**Requirement**
There is one span to output from the data below: the lines starting at the line with "f 220 158 215" and ending at the line with "f 194 199 94". Output it exactly, ends included, nothing more.

**Dataset items**
---
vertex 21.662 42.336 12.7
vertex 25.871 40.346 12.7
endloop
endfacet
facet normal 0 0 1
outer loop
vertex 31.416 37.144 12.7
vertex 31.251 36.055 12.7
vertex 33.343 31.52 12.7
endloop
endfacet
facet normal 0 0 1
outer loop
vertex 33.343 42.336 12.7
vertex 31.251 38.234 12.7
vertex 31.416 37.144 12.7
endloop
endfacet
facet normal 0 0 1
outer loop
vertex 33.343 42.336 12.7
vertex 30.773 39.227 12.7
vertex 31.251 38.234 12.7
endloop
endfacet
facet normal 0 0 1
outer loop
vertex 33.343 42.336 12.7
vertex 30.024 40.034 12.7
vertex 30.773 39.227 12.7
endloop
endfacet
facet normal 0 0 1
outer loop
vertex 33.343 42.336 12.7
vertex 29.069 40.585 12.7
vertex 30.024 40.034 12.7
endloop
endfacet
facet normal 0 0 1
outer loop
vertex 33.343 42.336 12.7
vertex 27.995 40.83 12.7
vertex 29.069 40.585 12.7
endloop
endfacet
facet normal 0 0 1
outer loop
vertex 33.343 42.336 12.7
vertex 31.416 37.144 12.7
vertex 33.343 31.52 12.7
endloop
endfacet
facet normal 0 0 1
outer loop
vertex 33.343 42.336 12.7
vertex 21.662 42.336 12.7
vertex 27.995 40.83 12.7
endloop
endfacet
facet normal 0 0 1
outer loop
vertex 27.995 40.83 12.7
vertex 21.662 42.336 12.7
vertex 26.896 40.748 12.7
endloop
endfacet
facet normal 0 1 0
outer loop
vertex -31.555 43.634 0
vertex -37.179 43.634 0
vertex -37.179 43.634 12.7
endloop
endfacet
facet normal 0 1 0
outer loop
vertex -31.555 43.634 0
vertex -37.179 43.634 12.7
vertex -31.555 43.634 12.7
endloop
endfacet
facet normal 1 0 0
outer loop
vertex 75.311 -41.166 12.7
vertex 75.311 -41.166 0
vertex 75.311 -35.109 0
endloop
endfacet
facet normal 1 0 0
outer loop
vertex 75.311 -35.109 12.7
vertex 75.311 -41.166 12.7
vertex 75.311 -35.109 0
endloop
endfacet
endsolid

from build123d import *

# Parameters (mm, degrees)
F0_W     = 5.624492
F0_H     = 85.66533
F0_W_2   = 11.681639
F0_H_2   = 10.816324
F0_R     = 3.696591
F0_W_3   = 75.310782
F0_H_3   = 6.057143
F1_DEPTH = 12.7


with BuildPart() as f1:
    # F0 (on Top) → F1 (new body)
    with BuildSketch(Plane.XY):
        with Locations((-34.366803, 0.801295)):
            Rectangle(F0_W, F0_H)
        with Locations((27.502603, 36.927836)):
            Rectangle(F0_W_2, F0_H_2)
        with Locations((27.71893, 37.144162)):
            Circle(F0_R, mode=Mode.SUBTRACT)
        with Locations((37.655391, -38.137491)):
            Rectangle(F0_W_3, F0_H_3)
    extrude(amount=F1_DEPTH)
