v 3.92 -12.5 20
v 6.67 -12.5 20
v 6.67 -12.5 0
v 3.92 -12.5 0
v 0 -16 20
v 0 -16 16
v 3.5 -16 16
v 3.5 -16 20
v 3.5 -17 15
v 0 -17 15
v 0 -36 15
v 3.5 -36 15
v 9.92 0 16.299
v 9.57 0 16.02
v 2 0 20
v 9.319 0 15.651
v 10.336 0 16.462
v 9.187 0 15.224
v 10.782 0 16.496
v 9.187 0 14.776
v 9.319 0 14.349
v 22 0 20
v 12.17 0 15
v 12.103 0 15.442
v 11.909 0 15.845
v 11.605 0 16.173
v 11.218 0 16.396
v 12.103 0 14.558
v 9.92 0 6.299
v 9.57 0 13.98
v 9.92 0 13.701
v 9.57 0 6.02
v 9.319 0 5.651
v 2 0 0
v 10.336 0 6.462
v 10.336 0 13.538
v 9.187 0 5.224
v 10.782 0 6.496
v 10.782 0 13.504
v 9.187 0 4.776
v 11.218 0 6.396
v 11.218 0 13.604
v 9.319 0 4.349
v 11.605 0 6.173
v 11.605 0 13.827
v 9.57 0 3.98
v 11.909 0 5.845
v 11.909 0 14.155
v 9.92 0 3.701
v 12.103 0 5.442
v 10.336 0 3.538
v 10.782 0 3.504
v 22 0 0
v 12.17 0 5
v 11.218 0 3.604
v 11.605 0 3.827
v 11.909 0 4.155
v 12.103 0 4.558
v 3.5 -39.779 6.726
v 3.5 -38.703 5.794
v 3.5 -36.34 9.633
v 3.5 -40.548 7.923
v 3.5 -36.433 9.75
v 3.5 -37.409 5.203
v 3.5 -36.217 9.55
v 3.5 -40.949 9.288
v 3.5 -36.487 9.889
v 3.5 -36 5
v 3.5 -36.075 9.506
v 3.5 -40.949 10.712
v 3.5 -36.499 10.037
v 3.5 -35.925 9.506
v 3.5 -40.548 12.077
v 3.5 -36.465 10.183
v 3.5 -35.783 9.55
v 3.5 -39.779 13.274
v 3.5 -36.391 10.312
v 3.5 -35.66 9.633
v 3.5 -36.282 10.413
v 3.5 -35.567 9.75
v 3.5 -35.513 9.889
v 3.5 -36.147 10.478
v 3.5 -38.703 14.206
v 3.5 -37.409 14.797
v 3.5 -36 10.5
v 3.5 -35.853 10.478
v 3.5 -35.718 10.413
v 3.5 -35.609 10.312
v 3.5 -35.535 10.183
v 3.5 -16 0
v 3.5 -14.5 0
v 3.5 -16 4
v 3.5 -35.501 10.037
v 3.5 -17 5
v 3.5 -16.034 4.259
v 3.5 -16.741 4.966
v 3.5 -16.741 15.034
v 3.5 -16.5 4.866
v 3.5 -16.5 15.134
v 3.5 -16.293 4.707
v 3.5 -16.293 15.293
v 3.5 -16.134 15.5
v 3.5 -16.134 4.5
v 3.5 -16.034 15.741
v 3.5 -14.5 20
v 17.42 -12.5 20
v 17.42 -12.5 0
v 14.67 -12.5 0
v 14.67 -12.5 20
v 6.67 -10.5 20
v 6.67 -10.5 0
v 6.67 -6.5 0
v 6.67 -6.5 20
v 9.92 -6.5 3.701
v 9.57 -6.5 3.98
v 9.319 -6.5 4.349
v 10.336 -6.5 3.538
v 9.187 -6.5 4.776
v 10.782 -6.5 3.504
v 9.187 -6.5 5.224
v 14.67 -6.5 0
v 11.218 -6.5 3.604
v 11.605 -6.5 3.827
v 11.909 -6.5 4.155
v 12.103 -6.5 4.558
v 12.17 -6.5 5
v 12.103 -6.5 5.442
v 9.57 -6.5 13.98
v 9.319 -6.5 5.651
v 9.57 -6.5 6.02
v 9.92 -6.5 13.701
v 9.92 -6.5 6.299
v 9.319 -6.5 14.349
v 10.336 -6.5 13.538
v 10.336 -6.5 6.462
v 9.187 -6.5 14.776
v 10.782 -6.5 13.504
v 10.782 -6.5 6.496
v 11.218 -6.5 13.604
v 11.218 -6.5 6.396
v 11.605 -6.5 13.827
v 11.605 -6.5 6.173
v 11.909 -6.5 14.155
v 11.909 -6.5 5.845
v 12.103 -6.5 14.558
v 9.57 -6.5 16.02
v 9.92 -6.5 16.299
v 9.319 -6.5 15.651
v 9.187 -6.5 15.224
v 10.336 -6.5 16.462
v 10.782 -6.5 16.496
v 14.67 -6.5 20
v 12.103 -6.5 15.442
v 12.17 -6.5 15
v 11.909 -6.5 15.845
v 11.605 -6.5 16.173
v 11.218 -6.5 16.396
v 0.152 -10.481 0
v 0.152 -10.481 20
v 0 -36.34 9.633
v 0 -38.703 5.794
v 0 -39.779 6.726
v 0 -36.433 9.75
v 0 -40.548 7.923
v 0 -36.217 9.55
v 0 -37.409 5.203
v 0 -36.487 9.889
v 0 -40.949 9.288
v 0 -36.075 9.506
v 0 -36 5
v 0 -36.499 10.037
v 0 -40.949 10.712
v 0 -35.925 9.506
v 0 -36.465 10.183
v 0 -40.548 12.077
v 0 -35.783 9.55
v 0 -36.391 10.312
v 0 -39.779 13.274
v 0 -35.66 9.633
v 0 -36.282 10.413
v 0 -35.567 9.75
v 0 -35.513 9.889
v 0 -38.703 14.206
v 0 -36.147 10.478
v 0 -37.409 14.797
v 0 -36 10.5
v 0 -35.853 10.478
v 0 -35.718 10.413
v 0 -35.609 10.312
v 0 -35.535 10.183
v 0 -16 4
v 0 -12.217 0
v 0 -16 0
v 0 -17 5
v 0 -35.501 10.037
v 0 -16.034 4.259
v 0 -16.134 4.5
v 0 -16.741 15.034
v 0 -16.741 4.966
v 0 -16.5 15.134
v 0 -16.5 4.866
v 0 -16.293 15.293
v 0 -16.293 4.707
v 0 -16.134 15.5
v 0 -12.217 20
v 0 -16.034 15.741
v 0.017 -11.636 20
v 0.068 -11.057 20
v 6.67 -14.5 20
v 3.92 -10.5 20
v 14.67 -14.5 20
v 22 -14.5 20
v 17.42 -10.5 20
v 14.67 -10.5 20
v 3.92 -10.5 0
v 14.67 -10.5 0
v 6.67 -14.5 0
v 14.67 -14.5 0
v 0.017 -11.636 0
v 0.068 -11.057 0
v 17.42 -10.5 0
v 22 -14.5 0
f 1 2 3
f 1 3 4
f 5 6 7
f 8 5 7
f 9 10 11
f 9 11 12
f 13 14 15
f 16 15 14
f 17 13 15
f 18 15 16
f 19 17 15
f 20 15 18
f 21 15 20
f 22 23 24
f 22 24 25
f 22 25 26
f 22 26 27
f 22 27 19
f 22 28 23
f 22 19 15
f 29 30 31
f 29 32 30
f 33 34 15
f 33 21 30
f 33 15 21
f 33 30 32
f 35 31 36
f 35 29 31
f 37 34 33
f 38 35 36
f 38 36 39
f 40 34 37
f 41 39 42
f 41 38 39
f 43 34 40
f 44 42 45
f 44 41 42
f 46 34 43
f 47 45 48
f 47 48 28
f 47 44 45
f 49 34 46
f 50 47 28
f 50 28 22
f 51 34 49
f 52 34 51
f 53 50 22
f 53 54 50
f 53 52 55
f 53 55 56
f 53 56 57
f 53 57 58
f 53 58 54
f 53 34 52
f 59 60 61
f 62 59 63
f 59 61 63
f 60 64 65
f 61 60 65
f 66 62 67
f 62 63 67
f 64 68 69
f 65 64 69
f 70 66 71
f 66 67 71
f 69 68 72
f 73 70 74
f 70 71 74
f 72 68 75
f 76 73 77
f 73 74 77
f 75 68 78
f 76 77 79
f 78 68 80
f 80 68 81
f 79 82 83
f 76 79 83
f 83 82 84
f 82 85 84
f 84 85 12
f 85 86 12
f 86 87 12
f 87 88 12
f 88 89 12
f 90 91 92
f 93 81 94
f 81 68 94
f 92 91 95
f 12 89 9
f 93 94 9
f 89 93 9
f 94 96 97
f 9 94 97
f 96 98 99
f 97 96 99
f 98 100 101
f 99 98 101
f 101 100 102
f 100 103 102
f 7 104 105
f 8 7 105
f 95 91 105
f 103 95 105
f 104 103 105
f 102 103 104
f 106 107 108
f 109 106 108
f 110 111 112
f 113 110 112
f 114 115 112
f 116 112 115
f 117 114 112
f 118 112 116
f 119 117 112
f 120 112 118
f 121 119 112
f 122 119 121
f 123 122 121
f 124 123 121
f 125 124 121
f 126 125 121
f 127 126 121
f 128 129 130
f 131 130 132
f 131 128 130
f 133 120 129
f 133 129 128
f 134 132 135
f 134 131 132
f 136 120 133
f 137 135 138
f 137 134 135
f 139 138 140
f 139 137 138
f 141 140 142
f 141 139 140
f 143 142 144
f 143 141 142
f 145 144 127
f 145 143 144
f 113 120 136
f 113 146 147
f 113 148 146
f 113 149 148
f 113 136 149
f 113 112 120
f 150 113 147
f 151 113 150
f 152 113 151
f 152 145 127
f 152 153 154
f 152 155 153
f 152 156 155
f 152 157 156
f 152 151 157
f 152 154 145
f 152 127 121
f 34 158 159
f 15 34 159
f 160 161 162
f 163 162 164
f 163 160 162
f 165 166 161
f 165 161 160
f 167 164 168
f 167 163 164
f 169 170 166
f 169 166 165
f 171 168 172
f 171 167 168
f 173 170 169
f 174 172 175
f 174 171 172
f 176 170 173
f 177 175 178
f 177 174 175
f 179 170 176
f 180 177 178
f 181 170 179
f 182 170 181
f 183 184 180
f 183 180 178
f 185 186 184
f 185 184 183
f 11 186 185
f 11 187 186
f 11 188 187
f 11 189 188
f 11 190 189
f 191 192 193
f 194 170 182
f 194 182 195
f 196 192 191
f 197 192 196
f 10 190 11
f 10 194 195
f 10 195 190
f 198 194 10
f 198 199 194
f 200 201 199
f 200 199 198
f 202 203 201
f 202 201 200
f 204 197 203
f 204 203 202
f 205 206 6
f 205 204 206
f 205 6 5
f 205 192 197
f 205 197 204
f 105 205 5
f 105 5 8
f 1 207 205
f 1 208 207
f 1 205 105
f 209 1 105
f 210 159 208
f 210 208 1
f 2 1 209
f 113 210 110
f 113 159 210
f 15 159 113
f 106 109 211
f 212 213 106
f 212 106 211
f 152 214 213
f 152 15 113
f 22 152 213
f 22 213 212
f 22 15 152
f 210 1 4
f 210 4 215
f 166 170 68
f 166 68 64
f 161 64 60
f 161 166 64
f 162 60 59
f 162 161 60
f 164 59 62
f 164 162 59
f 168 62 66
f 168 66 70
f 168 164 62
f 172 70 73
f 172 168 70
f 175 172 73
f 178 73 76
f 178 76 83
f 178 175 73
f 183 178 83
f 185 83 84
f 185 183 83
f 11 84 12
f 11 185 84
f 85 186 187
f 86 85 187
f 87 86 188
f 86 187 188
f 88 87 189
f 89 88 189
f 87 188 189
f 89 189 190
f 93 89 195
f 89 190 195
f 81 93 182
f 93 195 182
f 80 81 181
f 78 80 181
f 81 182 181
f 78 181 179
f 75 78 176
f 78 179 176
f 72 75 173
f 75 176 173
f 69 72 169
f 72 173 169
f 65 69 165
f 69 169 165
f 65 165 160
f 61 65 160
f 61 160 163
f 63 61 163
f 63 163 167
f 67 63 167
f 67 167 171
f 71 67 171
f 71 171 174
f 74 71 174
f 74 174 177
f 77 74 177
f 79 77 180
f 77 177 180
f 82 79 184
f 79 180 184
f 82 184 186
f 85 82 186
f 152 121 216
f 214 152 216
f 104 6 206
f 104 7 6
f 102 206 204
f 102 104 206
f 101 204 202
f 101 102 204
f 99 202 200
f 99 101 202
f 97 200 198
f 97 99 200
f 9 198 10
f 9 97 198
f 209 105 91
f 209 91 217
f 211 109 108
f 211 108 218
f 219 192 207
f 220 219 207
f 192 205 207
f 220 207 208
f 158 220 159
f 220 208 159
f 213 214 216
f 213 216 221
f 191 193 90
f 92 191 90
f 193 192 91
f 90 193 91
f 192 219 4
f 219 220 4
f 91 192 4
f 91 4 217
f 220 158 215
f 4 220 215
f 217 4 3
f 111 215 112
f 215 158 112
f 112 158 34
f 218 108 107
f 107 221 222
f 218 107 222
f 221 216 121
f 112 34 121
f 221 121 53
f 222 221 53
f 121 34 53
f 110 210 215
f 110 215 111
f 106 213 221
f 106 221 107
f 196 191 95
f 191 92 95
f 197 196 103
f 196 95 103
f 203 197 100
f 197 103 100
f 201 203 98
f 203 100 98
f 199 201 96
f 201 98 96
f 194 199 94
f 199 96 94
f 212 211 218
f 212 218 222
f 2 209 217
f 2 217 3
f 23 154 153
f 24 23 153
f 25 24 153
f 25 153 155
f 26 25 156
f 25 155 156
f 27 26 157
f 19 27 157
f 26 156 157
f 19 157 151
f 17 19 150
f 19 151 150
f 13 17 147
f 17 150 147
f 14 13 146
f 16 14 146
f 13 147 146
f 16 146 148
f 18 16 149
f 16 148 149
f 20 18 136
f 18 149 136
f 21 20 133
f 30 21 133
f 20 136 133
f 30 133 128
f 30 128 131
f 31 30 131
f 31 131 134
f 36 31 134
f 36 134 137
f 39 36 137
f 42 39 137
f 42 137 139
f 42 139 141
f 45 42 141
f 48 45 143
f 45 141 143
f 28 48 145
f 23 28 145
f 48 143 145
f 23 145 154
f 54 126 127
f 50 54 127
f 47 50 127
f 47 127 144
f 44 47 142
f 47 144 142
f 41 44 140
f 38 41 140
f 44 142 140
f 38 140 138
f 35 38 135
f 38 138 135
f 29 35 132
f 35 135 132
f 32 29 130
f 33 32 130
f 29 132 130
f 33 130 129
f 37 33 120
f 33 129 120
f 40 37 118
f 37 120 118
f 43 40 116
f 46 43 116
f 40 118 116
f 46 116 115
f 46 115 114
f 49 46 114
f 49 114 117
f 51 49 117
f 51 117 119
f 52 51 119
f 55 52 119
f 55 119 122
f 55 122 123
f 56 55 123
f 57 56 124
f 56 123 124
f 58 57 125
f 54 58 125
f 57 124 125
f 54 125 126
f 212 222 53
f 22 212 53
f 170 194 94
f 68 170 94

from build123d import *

# Parameters (mm, degrees)
SKETCH1_W           = 22
SKETCH1_H           = 16
BOSS_EXTRUDE1_DEPTH = 20
CHAMFER1_SIZE       = 2
CHAMFER1_SIZE2      = 11.342563639
CUT_EXTRUDE1_DEPTH  = 20
FILLET1_R           = 10
SKETCH3_W           = 3.5
SKETCH3_H           = 10
BOSS_EXTRUDE2_DEPTH = 20
FILLET2_R           = 1
BOSS_EXTRUDE3_DEPTH = 3.5
SKETCH8_R           = 0.5
CUT_EXTRUDE2_DEPTH  = 3.5
SKETCH9_R           = 1.5
CUT_EXTRUDE3_DEPTH  = 6.5


with BuildPart() as part:
    # Sketch1 → Boss-Extrude1 (new body)
    with BuildSketch(Plane.XY):
        with Locations((11, -8)):
            Rectangle(SKETCH1_W, SKETCH1_H)
    extrude(amount=BOSS_EXTRUDE1_DEPTH)

    # Chamfer1
    chamfer1_edges = [part.edges().sort_by_distance(p)[0] for p in [
        (0, 0, 10),
    ]]
    chamfer1_side = [part.faces().sort_by_distance(p)[0] for p in [
        (11, 0, 10),
    ]]
    chamfer(chamfer1_edges, length=CHAMFER1_SIZE, length2=CHAMFER1_SIZE2, reference=chamfer1_side[0])

    # Sketch2 → Cut-Extrude1 (cut)
    with BuildSketch(Plane.XY.offset(20)):
        Polygon((3.5, -16), (3.5, -14.5), (6.67, -14.5), (6.67, -12.5), (3.92, -12.5), (3.92, -10.5), (6.67, -10.5), (6.67, -6.5), (14.67, -6.5), (14.67, -10.5), (17.42, -10.5), (17.42, -12.5), (14.67, -12.5), (14.67, -14.5), (22, -14.5), (22, -16), align=None)
    extrude(amount=-CUT_EXTRUDE1_DEPTH, mode=Mode.SUBTRACT)

    # Fillet1
    fillet1_edges = [part.edges().sort_by_distance(p)[0] for p in [
        (0, -11.342563639, 10),
    ]]
    fillet(fillet1_edges, radius=FILLET1_R)

    # Sketch3 → Boss-Extrude2 (add)
    with BuildSketch(Plane.XZ.offset(16)):
        with Locations((1.75, 10)):
            Rectangle(SKETCH3_W, SKETCH3_H)
    extrude(amount=BOSS_EXTRUDE2_DEPTH)

    # Fillet2
    fillet2_edges = [part.edges().sort_by_distance(p)[0] for p in [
---
**Response to this exercise**
f 220 158 215
f 4 220 215
f 217 4 3
f 111 215 112
f 215 158 112
f 112 158 34
f 218 108 107
f 107 221 222
f 218 107 222
f 221 216 121
f 112 34 121
f 221 121 53
f 222 221 53
f 121 34 53
f 110 210 215
f 110 215 111
f 106 213 221
f 106 221 107
f 196 191 95
f 191 92 95
f 197 196 103
f 196 95 103
f 203 197 100
f 197 103 100
f 201 203 98
f 203 100 98
f 199 201 96
f 201 98 96
f 194 199 94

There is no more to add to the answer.